In Ajax, one of the seven tragedies by Greek playwright Sophocles (5th BCE), the central character, Ajax, says the following to his baby boy:

"O my son, may you become more fortunate than your father with respect to wickedness, but like him in other things!  Please don't become wicked!  Even now I have jealousy for you, in this at least: that you perceive nothing of wicked things.  For the sweetest life rests by no means in understanding, it lasts until you learn joy and sorrow" (550-555; my translation).

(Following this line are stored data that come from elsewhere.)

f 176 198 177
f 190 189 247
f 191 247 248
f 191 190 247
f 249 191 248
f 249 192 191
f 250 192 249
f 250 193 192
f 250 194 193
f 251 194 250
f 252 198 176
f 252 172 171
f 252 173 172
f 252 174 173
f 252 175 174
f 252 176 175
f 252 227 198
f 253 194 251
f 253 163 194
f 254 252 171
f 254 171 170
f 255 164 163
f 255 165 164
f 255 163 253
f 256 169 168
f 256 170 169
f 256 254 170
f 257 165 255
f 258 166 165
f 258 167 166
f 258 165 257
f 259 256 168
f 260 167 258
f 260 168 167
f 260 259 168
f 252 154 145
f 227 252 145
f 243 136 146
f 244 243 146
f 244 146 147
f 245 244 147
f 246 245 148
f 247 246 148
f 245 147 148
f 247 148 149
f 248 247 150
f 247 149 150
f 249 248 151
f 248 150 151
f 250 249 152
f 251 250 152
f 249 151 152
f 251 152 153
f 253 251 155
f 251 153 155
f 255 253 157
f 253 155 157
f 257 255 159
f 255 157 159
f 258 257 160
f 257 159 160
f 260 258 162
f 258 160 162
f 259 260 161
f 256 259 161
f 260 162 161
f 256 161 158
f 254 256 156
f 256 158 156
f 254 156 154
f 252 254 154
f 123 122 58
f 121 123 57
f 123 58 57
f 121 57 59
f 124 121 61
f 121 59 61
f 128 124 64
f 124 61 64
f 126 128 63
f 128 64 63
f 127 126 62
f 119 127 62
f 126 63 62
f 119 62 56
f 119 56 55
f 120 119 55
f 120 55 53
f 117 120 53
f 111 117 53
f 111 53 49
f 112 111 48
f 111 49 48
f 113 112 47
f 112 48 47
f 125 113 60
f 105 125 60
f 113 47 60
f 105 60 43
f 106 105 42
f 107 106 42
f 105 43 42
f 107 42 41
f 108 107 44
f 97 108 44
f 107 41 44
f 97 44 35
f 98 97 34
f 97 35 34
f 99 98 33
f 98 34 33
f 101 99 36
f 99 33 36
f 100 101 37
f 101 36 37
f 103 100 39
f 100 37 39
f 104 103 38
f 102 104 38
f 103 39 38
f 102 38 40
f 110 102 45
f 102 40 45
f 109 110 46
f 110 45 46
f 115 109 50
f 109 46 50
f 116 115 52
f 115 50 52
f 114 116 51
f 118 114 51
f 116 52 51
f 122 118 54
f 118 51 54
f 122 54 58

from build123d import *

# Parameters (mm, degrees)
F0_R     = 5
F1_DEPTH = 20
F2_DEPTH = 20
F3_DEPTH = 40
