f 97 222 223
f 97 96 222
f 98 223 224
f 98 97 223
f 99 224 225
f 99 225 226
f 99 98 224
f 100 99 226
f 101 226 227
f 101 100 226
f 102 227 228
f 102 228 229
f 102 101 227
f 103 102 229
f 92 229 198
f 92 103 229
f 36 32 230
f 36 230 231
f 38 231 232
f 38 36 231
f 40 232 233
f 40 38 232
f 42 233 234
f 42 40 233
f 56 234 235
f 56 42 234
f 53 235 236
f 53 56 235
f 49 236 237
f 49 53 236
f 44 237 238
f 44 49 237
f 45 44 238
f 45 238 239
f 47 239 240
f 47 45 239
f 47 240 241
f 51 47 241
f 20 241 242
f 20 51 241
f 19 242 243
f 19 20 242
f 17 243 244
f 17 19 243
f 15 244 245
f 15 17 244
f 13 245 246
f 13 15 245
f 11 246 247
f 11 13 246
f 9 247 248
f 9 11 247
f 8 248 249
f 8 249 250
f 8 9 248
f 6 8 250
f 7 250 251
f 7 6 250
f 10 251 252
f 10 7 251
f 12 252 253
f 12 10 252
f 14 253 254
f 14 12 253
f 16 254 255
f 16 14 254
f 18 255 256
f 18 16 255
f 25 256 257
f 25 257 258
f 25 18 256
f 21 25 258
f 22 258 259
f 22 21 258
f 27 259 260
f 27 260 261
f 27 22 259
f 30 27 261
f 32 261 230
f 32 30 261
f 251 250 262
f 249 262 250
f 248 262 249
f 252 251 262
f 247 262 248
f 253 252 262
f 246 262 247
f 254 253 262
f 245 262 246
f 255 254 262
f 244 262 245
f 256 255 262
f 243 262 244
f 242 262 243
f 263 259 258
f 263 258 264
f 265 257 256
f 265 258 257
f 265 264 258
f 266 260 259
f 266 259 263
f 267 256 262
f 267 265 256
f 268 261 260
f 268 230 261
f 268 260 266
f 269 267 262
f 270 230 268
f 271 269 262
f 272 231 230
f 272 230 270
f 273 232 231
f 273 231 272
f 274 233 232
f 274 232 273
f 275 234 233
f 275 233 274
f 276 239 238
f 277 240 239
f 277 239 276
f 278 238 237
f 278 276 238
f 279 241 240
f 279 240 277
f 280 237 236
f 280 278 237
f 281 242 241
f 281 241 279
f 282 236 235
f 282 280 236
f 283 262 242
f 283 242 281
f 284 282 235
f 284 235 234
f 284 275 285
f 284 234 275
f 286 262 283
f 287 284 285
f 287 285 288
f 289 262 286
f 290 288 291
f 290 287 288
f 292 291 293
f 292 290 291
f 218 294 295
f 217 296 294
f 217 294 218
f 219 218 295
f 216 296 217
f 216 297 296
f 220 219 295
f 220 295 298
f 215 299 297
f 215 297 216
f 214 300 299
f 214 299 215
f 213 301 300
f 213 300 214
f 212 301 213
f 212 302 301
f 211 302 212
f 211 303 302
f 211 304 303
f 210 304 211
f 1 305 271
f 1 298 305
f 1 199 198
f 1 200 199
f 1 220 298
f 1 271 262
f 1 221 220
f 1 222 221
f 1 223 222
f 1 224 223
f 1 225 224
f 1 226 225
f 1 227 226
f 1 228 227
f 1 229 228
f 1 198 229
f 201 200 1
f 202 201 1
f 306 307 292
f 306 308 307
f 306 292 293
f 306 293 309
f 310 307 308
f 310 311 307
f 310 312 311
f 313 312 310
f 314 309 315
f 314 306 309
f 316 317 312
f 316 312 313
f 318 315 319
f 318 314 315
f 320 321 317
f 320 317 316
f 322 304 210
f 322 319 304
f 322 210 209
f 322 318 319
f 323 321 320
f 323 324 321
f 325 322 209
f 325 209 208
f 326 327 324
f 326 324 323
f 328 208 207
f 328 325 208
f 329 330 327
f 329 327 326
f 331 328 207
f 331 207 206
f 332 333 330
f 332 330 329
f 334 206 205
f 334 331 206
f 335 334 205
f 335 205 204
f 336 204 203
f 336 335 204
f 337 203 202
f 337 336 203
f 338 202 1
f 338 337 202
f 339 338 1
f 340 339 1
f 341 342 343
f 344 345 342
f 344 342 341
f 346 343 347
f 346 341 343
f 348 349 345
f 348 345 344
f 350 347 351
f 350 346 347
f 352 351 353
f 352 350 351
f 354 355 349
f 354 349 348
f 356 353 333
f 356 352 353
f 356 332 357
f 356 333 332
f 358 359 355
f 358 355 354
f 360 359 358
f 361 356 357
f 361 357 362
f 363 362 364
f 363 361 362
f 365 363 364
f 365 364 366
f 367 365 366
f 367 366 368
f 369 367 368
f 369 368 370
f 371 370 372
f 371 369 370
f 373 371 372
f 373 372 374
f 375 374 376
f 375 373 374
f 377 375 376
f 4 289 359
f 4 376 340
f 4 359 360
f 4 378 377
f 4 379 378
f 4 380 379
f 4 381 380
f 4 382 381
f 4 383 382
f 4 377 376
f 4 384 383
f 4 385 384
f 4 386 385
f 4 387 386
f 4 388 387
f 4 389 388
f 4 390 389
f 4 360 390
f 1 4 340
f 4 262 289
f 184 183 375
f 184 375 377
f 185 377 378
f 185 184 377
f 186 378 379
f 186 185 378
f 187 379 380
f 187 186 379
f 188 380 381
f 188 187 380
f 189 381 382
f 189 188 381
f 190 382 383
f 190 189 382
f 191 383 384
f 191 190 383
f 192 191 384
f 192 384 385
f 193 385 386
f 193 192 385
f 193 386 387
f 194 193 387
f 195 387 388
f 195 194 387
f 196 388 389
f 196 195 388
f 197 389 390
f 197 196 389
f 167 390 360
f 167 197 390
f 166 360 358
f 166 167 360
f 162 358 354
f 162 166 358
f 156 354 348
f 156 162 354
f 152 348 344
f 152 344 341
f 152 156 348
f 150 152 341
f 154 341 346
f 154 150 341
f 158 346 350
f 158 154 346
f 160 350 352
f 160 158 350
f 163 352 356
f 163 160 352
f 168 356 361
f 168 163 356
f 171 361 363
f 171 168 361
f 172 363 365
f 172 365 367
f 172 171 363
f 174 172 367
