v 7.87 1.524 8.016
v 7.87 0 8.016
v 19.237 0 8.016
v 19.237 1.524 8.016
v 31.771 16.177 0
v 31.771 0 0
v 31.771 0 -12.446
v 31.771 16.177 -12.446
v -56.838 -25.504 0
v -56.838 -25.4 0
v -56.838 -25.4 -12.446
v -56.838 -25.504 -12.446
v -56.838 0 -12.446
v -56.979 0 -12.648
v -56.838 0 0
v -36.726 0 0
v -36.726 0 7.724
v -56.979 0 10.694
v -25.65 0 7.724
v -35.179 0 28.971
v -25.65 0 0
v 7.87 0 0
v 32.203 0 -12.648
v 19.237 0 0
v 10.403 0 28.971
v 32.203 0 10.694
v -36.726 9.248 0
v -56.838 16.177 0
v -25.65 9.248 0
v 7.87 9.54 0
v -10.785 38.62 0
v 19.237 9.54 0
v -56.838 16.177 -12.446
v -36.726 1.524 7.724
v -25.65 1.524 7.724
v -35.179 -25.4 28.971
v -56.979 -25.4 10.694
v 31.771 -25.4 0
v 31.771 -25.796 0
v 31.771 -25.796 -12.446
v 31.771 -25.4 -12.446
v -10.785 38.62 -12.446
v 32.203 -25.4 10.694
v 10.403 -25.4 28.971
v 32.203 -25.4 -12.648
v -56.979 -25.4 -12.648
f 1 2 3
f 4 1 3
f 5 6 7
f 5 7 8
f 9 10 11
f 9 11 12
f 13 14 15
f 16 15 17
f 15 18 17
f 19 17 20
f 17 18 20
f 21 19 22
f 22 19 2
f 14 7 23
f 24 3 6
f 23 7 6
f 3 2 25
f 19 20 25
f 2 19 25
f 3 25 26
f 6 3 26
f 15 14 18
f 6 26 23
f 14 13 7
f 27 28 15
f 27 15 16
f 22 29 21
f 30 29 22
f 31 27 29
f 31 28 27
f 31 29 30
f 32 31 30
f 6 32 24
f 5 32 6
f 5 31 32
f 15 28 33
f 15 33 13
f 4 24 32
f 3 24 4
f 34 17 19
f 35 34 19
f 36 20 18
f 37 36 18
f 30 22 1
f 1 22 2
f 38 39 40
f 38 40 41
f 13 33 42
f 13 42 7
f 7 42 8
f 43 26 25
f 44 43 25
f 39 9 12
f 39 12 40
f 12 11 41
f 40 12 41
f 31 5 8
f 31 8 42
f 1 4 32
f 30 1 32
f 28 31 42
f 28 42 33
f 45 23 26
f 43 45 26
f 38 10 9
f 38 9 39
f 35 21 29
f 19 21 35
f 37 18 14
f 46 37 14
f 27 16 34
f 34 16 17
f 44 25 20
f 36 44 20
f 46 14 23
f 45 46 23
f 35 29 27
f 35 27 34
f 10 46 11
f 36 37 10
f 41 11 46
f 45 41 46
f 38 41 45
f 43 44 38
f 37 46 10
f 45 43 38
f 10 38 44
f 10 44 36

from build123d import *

# Parameters (mm, degrees)
F1_DEPTH    = 25.4
F3_DEPTH    = 12.446
F4_W        = 11.3675398752
F4_H        = 8.0155739561
F4_W_2      = 11.0760703683
F4_H_2      = 7.7240983956
F5_DEPTH    = 14.224
F6_T4_DEPTH = 76.6882877695
F7_T4_DEPTH = 76.3968182626


# Not quite as in the source:
# - a fillet or chamfer that OpenCascade refuses, or shapes differently, is made with other operations: its cross-section is extruded or revolved along the edge and cut away or added


with BuildPart() as f1:
    # F0 (on Front) → F1 (new body)
    with BuildSketch(Plane.XZ):
        Polygon((-56.9788375091, 10.6936474436), (-56.9788375091, -12.6478849719), (32.2034358534, -12.6478849719), (32.2034358534, 10.6936474436), (10.4033187203, 28.9705070476), (-35.1787281407, 28.9705070476), align=None)
    extrude(amount=F1_DEPTH)

    # F2 (on Top) → F3 (join)
    with BuildSketch(Plane.XY):
        Polygon((-56.8377040327, 0), (-56.8377040327, -25.5040973425), (31.7708179355, -25.7955752313), (31.7708179355, 0), align=None)
        Polygon((-56.8377040327, 16.1768849939), (-56.8377040327, 0), (31.7708179355, 0), (31.7708179355, 16.1768849939), (-10.7845906168, 38.6204943061), align=None)
    extrude(amount=-F3_DEPTH)

    # F4 (on Front) → F5 (join)
    with BuildSketch(Plane.XZ):
        with Locations((13.5536068119, 4.007786978)):
            Rectangle(F4_W, F4_H)
        with Locations((-31.1878696084, 3.8620491978)):
            Rectangle(F4_W_2, F4_H_2)
    extrude(amount=-F5_DEPTH)

    # F6: chamfer of 12.7 on 1 edges, made by hand


with BuildPart() as f6_tool2:
    # F6_s3 → F6_t4 (new body)
    with BuildSketch(Plane.YZ.offset(51.8977506967)):
        Polygon((1.524, 8.0155739561), (14.224, -4.6844260439), (14.224, 8.0155739561), align=None)
    extrude(amount=-F6_T4_DEPTH)

    split(bisect_by=Plane.XY, keep=Keep.TOP)


with BuildPart() as f1_1:
    add(f1.part)

    # F6_t1: cut F6_tool2
    add(f6_tool2.part, mode=Mode.SUBTRACT)

    # F7: chamfer of 12.7 on 1 edges, made by hand


with BuildPart() as f7_tool2:
    # F7_s3 → F7_t4 (new body)
    with BuildSketch(Plane.YZ.offset(7.0105395229)):
        Polygon((14.224, -4.9759016044), (1.524, 7.7240983956), (14.224, 7.7240983956), align=None)
    extrude(amount=-F7_T4_DEPTH)

    split(bisect_by=Plane.XY, keep=Keep.TOP)


with BuildPart() as f1_2:
    add(f1_1.part)

    # F7_t1: cut F7_tool2
    add(f7_tool2.part, mode=Mode.SUBTRACT)


solid = f1_2.part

It is not eternal ignorance that is ideal, but the ignorance of good and evil.  That is to say, ignorance of the dichotomy separating something "good" from something "evil."  If there were no evil, no rebellion, then there would be no dichotomy.  This is what I will call "the ideal of Edenic ignorance."  Once more, this is not "ignorance" as it is generally construed, but the ignorance of the separation between something "good" and something "evil," which, if evil exists, is a necessary distinction.  Only after humankind disobeyed this all-good God of love, through temptation and mistrust, was there a need to distinguish the "moral quality" of actions.  In Edenic ignorance these primeval humans only needed to know (intimate, personal knowledge, not academic) the good God who walked with them in the cool of the day--and, of course, the names of all the rad animals.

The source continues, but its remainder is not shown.